Publicado por: Isa em: Abril 13, 2008

Festa estranha; inegável. Um barco de dois andares abrigando 180 pessoas alcoolizadas nunca poderia ser considerado normal.

Com gente esquisita; Aqui o sentido já fica menos literal. Como as pessoas com quem você vive todo dia podem ser esquisitas? Como em uma única festa todas as suas estruturas são fortemente abaladas a ponto desesperador? Como isso tudo vem junto com sua TPM? Nessa hora, o mais óbvio seria procurar consolo, ajuda, conforto nas suas melhores amigas .. mas o que fazer quando elas são exatamente o problema?

O que fazer se a yas acha que teve 38 no brevet só por causa do cigarro e imita TUDO que a carmen faz?

O que fazer se a carmen foi corrompida pelos amiguinhos estranhos dela?

O que fazer quando a pessoa que você viu crescer cheia de ideais, alergias, comunidades anti-tabaco no orkut e dando lição de moral em todo e qualquer fumante conhecido ou não fica bêbada, desgrenhada e fumando bem na sua frente?
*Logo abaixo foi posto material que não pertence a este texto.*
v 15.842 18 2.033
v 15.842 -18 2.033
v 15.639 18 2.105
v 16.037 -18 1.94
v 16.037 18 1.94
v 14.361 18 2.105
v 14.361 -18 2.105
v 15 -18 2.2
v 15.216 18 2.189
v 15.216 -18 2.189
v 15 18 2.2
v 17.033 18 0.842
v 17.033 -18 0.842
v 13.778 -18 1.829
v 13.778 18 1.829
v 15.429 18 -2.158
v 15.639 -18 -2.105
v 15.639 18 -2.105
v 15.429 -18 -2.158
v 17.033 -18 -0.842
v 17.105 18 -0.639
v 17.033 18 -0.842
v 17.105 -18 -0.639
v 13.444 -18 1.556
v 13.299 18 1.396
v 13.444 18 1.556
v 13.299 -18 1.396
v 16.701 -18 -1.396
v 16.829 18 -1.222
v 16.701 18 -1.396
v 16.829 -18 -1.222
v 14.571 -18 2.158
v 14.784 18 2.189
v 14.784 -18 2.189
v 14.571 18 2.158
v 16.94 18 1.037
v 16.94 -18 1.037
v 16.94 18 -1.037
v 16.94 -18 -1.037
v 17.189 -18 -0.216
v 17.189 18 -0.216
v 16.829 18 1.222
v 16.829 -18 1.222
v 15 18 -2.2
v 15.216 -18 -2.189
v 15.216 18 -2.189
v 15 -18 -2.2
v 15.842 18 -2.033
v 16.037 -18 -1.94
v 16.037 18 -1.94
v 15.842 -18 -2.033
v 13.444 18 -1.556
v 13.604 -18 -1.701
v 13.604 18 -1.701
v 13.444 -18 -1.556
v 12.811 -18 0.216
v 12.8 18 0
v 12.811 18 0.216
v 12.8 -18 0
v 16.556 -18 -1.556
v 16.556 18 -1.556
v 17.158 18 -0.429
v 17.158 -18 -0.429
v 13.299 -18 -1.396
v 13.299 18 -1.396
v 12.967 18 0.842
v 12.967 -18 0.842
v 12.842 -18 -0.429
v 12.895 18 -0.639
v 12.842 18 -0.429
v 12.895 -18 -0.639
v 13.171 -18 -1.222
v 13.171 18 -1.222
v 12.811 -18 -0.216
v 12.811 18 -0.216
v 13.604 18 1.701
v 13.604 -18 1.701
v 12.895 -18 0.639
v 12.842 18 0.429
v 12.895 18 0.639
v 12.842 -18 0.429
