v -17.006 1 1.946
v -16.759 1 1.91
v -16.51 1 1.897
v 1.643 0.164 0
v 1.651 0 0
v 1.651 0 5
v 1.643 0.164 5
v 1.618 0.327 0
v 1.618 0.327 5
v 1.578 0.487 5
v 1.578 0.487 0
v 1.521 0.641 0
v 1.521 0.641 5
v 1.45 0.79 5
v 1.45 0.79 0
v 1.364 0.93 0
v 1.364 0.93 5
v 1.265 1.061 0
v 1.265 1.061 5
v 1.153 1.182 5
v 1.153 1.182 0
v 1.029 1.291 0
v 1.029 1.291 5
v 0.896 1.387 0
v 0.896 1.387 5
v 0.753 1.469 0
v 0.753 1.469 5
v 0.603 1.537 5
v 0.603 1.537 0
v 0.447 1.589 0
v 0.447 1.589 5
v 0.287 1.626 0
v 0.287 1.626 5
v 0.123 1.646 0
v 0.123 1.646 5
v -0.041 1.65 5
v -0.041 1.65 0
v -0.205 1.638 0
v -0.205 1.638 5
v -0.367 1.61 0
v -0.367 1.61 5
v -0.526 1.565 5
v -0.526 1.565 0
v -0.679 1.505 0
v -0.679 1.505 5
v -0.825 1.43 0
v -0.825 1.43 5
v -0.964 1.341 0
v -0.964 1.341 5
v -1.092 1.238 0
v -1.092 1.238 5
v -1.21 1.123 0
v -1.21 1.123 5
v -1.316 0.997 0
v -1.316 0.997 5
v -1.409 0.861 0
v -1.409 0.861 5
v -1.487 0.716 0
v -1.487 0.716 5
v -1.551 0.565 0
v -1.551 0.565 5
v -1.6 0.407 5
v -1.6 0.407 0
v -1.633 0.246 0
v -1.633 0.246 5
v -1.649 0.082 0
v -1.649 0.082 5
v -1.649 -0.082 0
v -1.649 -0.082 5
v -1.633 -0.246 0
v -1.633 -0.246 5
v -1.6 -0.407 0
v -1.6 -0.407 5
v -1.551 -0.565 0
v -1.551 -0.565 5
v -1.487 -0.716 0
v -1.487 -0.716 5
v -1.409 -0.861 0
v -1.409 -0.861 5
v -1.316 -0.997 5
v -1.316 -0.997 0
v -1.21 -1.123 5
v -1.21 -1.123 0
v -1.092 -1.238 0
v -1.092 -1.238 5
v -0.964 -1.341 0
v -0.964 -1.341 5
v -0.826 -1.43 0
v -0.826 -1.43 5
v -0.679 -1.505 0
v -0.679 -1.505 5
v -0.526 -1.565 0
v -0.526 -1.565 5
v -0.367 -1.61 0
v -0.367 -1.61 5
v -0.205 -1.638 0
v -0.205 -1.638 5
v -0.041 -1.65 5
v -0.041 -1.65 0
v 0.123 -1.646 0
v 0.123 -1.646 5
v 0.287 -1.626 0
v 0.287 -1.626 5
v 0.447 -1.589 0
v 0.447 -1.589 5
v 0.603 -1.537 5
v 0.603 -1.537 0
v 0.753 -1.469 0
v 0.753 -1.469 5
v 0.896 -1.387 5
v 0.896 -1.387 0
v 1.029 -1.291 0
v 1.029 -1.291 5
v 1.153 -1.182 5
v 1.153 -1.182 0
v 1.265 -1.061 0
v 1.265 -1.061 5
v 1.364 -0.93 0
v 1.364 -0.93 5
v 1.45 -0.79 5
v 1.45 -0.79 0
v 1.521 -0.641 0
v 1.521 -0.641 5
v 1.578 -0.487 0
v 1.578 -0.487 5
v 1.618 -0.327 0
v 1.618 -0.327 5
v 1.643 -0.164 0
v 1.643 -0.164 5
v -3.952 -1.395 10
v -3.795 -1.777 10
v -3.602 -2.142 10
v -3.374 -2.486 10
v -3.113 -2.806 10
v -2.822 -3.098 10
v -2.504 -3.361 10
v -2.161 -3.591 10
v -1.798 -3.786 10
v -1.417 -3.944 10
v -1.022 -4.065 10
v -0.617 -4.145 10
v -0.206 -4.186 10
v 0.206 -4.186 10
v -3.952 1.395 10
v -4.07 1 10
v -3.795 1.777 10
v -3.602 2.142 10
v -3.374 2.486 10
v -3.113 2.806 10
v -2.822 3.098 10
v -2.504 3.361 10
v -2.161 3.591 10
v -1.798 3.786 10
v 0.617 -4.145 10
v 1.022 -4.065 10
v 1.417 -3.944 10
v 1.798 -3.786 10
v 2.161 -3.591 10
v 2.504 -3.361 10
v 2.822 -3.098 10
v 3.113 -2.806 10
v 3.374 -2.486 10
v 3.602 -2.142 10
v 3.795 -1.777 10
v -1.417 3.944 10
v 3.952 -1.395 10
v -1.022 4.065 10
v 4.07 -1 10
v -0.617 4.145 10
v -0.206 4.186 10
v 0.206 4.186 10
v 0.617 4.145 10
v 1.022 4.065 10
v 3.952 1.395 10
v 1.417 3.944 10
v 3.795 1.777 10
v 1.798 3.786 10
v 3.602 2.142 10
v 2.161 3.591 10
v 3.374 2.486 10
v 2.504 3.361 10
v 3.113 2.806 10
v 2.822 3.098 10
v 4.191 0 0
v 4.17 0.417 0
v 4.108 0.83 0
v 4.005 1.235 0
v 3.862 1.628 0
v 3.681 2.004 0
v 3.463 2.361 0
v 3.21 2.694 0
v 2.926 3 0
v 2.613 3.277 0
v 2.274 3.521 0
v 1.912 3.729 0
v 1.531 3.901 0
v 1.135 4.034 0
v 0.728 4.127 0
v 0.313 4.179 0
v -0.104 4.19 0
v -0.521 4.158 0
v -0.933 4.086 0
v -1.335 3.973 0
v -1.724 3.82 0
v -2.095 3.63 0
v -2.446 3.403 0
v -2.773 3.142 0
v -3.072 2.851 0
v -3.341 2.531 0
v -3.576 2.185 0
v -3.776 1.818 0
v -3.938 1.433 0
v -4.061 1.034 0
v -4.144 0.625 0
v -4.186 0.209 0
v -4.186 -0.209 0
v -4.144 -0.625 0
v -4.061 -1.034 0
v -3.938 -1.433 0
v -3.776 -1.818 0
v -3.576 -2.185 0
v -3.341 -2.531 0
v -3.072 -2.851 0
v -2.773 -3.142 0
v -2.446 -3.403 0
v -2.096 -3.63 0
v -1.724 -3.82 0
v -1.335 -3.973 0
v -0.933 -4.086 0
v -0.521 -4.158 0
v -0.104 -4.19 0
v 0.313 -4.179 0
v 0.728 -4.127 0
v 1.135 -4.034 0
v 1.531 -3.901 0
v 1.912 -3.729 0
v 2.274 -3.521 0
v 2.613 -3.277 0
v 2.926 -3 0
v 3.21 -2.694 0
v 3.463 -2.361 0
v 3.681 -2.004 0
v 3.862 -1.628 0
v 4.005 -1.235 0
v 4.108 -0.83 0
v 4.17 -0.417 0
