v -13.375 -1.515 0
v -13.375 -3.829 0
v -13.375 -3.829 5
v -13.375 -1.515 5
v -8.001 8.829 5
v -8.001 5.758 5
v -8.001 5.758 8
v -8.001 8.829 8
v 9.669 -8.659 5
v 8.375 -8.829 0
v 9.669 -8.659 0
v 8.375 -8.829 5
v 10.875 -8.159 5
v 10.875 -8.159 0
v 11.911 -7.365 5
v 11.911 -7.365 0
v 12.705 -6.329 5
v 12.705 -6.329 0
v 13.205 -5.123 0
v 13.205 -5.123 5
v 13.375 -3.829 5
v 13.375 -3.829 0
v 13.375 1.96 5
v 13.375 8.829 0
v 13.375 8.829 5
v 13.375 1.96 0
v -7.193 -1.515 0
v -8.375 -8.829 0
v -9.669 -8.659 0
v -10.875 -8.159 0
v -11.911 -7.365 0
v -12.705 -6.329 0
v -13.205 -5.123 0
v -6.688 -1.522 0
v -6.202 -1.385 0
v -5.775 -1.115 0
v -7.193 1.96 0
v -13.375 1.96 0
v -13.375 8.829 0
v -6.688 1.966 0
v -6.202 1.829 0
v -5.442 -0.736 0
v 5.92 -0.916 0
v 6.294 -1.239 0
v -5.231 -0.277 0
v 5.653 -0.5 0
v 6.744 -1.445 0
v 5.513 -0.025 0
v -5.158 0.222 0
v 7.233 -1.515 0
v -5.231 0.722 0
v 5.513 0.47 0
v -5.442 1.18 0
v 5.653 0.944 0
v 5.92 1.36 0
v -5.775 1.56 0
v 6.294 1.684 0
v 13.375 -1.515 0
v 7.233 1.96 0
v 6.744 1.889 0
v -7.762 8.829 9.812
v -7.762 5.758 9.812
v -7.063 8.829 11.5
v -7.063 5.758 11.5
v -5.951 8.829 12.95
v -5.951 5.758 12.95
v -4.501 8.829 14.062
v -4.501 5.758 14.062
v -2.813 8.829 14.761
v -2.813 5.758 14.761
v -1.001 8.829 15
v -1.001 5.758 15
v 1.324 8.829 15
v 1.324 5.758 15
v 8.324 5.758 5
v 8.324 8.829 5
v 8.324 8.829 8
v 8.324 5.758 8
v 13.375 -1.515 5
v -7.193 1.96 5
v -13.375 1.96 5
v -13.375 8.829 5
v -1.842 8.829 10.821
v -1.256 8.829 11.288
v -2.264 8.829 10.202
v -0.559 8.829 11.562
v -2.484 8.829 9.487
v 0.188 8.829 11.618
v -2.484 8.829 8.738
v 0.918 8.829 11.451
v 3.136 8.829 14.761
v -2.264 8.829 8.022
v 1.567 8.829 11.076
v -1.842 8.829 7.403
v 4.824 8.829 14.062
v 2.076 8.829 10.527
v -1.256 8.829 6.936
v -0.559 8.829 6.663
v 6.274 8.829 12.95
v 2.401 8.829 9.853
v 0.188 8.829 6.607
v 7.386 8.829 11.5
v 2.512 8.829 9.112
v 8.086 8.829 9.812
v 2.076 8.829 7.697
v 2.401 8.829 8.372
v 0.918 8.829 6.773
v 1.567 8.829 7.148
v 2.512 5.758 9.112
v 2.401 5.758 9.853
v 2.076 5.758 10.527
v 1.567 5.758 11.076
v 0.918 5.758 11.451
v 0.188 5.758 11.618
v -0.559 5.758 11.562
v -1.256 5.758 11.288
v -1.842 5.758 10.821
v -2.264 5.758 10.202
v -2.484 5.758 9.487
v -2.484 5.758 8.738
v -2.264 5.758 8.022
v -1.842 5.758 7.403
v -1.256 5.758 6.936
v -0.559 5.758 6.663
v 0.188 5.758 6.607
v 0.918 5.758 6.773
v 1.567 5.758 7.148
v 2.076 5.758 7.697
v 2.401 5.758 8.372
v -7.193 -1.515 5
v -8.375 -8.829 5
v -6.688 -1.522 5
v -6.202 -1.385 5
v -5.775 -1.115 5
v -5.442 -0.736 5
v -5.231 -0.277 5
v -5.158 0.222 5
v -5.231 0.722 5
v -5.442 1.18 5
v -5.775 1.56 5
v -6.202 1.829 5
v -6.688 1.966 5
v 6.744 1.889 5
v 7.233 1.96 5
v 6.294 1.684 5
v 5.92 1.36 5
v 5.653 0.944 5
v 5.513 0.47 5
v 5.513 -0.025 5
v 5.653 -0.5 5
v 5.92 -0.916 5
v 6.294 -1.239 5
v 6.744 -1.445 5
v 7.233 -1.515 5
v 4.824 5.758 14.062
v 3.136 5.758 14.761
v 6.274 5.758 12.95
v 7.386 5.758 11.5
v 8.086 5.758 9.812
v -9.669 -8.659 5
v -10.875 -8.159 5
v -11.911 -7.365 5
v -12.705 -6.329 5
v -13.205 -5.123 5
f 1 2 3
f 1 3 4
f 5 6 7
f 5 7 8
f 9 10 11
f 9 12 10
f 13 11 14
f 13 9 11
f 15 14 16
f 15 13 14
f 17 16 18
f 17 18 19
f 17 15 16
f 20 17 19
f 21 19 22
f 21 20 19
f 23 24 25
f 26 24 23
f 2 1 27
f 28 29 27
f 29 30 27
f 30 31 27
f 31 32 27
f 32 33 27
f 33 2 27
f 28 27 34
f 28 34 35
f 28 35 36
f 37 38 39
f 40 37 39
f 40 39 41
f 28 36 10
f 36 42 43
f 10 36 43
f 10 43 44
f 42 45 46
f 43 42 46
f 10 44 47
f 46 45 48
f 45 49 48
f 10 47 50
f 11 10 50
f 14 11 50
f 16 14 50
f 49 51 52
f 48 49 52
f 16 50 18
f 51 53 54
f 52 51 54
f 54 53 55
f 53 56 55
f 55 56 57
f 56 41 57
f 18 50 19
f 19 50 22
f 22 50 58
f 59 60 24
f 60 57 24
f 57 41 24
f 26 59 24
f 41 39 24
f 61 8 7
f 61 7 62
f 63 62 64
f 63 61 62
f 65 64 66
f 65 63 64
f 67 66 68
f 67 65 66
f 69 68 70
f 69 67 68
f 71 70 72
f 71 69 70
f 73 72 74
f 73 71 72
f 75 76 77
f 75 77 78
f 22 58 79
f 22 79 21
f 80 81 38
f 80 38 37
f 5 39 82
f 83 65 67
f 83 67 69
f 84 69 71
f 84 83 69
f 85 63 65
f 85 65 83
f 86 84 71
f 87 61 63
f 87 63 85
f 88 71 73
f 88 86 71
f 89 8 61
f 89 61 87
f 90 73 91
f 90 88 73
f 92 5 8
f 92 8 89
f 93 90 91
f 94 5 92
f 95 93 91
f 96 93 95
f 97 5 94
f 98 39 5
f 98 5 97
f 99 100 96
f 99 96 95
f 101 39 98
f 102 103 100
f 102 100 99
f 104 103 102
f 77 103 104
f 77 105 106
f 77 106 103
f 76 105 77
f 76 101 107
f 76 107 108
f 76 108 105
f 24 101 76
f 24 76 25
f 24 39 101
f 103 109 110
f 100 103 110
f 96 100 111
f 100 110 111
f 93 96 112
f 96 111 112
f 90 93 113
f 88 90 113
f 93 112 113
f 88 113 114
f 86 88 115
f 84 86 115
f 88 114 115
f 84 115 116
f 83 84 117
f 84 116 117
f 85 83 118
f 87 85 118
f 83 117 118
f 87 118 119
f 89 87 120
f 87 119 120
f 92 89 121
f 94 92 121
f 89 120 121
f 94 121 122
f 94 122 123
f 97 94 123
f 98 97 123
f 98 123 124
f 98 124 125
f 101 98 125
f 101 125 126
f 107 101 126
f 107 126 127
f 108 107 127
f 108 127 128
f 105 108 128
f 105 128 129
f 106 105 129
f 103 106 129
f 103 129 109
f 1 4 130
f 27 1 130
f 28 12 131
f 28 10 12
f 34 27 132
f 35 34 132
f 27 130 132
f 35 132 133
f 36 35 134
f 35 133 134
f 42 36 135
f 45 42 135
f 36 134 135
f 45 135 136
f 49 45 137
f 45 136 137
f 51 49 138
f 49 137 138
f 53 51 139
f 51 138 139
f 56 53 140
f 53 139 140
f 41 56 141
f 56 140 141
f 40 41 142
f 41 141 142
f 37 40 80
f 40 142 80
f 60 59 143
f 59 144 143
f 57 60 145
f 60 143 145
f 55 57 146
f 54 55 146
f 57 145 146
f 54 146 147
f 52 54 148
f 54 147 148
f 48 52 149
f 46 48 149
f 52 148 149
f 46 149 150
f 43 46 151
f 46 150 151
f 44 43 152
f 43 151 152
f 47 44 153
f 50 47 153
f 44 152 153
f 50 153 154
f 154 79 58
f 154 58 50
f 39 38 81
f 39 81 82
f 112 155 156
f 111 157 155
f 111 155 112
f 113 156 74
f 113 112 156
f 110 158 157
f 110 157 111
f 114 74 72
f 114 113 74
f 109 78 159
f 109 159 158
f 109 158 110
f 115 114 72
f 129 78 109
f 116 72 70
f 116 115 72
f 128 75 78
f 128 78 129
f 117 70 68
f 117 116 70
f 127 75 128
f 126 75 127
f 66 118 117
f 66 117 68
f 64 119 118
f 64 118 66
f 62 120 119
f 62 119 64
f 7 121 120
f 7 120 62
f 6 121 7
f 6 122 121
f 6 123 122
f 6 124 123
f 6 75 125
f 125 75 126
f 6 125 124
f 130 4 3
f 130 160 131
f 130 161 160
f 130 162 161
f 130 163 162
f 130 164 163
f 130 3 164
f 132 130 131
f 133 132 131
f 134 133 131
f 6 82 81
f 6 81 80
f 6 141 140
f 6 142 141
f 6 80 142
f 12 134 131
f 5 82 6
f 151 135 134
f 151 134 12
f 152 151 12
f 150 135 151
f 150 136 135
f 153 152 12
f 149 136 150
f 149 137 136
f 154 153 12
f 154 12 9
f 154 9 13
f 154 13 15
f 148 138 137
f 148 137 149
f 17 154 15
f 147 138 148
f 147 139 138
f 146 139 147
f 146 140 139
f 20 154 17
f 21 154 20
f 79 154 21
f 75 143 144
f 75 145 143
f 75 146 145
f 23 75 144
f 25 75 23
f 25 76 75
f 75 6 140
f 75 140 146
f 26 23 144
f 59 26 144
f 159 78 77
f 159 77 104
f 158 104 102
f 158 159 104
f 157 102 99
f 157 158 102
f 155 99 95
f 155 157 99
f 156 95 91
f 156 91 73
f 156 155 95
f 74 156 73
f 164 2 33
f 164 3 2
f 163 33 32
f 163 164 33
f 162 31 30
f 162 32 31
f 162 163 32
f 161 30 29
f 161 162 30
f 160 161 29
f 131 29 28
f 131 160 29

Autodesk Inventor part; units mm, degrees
ref_plane "YZ Plane" through (0, 0, 0) normal (1, 0, 0) x (0, 1, 0)
ref_plane "XZ Plane" through (0, 0, 0) normal (0, 1, 0) x (-1, 0, 0)
ref_plane "XY Plane" through (0, 0, 0) normal (0, 0, 1) x (1, 0, 0)
sketch "스케치1" plane through (0, 0, 0) normal (0, 0, 1) x (1, 0, 0)
  line L0 (13.3752, -8.8292) -> (-13.3752, -8.8292)
  line L1 (-13.3752, -8.8292) -> (-13.3752, 8.8292)
  line L2 (-13.3752, 8.8292) -> (13.3752, 8.8292)
  line L3 (13.3752, 8.8292) -> (13.3752, -8.8292)
  line L4 (13.3752, -8.8292) -> (-13.3752, 8.8292) construction
  line L5 (-13.3752, -8.8292) -> (13.3752, 8.8292) construction
  point P0 (0, 0)
extrude "돌출1" add sketch "스케치1" along normal blind 5
sketch "스케치2" plane through (0, 0, 5) normal (0, 0, 1) x (1, 0, 0)
  line L0 (13.3752, 8.8292) -> (-13.3752, 8.8292) projected
  line L1 (-8.0009, 8.8292) -> (8.3241, 8.8292)
  line L2 (8.3241, 8.8292) -> (8.3241, 5.7582)
  line L3 (8.3241, 5.7582) -> (-8.0009, 5.7582)
  line L4 (-8.0009, 5.7582) -> (-8.0009, 8.8292)
  line L5 (-13.3752, 8.8292) -> (-13.3752, -8.8292) projected
  line L6 (-13.3752, 1.9598) -> (-7.1927, 1.9598)
  line L7 (-13.3752, -1.5153) -> (-7.1927, -1.5153)
  arc A0 (-7.1927, -1.5153) -> (-7.1927, 1.9598) centre (-6.9174, 0.2222) ccw
  line L8 (13.3752, -8.8292) -> (13.3752, 8.8292) projected
  line L9 (13.3752, 1.9598) -> (7.2331, 1.9598)
  line L10 (13.3752, -1.5153) -> (7.2331, -1.5153)
  arc A1 (7.2331, 1.9598) -> (7.2331, -1.5153) centre (7.2331, 0.2222) ccw
  point P0 (0, 0)
extrude "돌출2" add sketch "스케치2" along normal blind 10 contours L2 L3 L4 L0
extrude "돌출3" cut sketch "스케치2" against normal blind 10 contours L6 A0 L7 L5 | L8 L10 A1 L9
sketch "스케치3" plane through (-8.0009, 5.7582, 5) normal (0, -1, 0) x (1, 0, 0)
  circle A0 centre (8.0009, 4.1121) radius 2.5125
  line L0 (0, 10) -> (16.325, 10) projected
  line L1 (0, 0) -> (0, 10) projected
  arc A1 (8.1625, 10) -> (0, 4.1121) centre (8.0451, 1.5609) ccw
  line L2 (16.325, 0) -> (16.325, 10) projected
  arc A2 (16.325, 4.1121) -> (8.1625, 10) centre (7.959, 1.1161) ccw
  point P0 (8.0009, -5)
extrude "돌출4" cut sketch "스케치3" against normal blind 10 contours A0
fillet "모깎기1" radius 5 2 edges at (13.3752, -8.8292, 2.5) (-13.3752, -8.8292, 2.5)
sketch "스케치4" plane through (-8.0009, 5.7582, 5) normal (0, -1, 0) x (1, 0, 0)
  point P0 (8.0009, -5)
fillet "모깎기2" radius 7 2 edges at (8.3241, 7.2937, 15) (-8.0009, 7.2937, 15)
properties part number "240531_3Dsketch01"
O que fazer quando você não consegue parar de chorar e nenhum de seus amigos oferece o menor consolo?

 

PORRA, eu quero consolo, eu quero colo, eu quero que o caralho da MORAL, dos IDEAIS de vocês volte às suas cabecinhas jovens e perdidas.

Eu quero meu namorado aqui, agora.

Eu quero me dar bem com os meus pais.

Eu quero poder ajudar todo mundo, PORRA, eu não quero ouvir que não é problema meu.

Eu não quero ver minhas melhores amigas passando vexame sempre que tem uma festa, não quero aceitar que elas tenham virado posers ao ponto de fumar mesmo quase morrendo sufocadas no ato, só pra parecer um pouquinho mais cool.

Eu só quero fechar os olhos e expulsar tudo de ruim que está bem do meu lado, bem dentro de mim.

Eu só quero que tudo volte a ser como era antes.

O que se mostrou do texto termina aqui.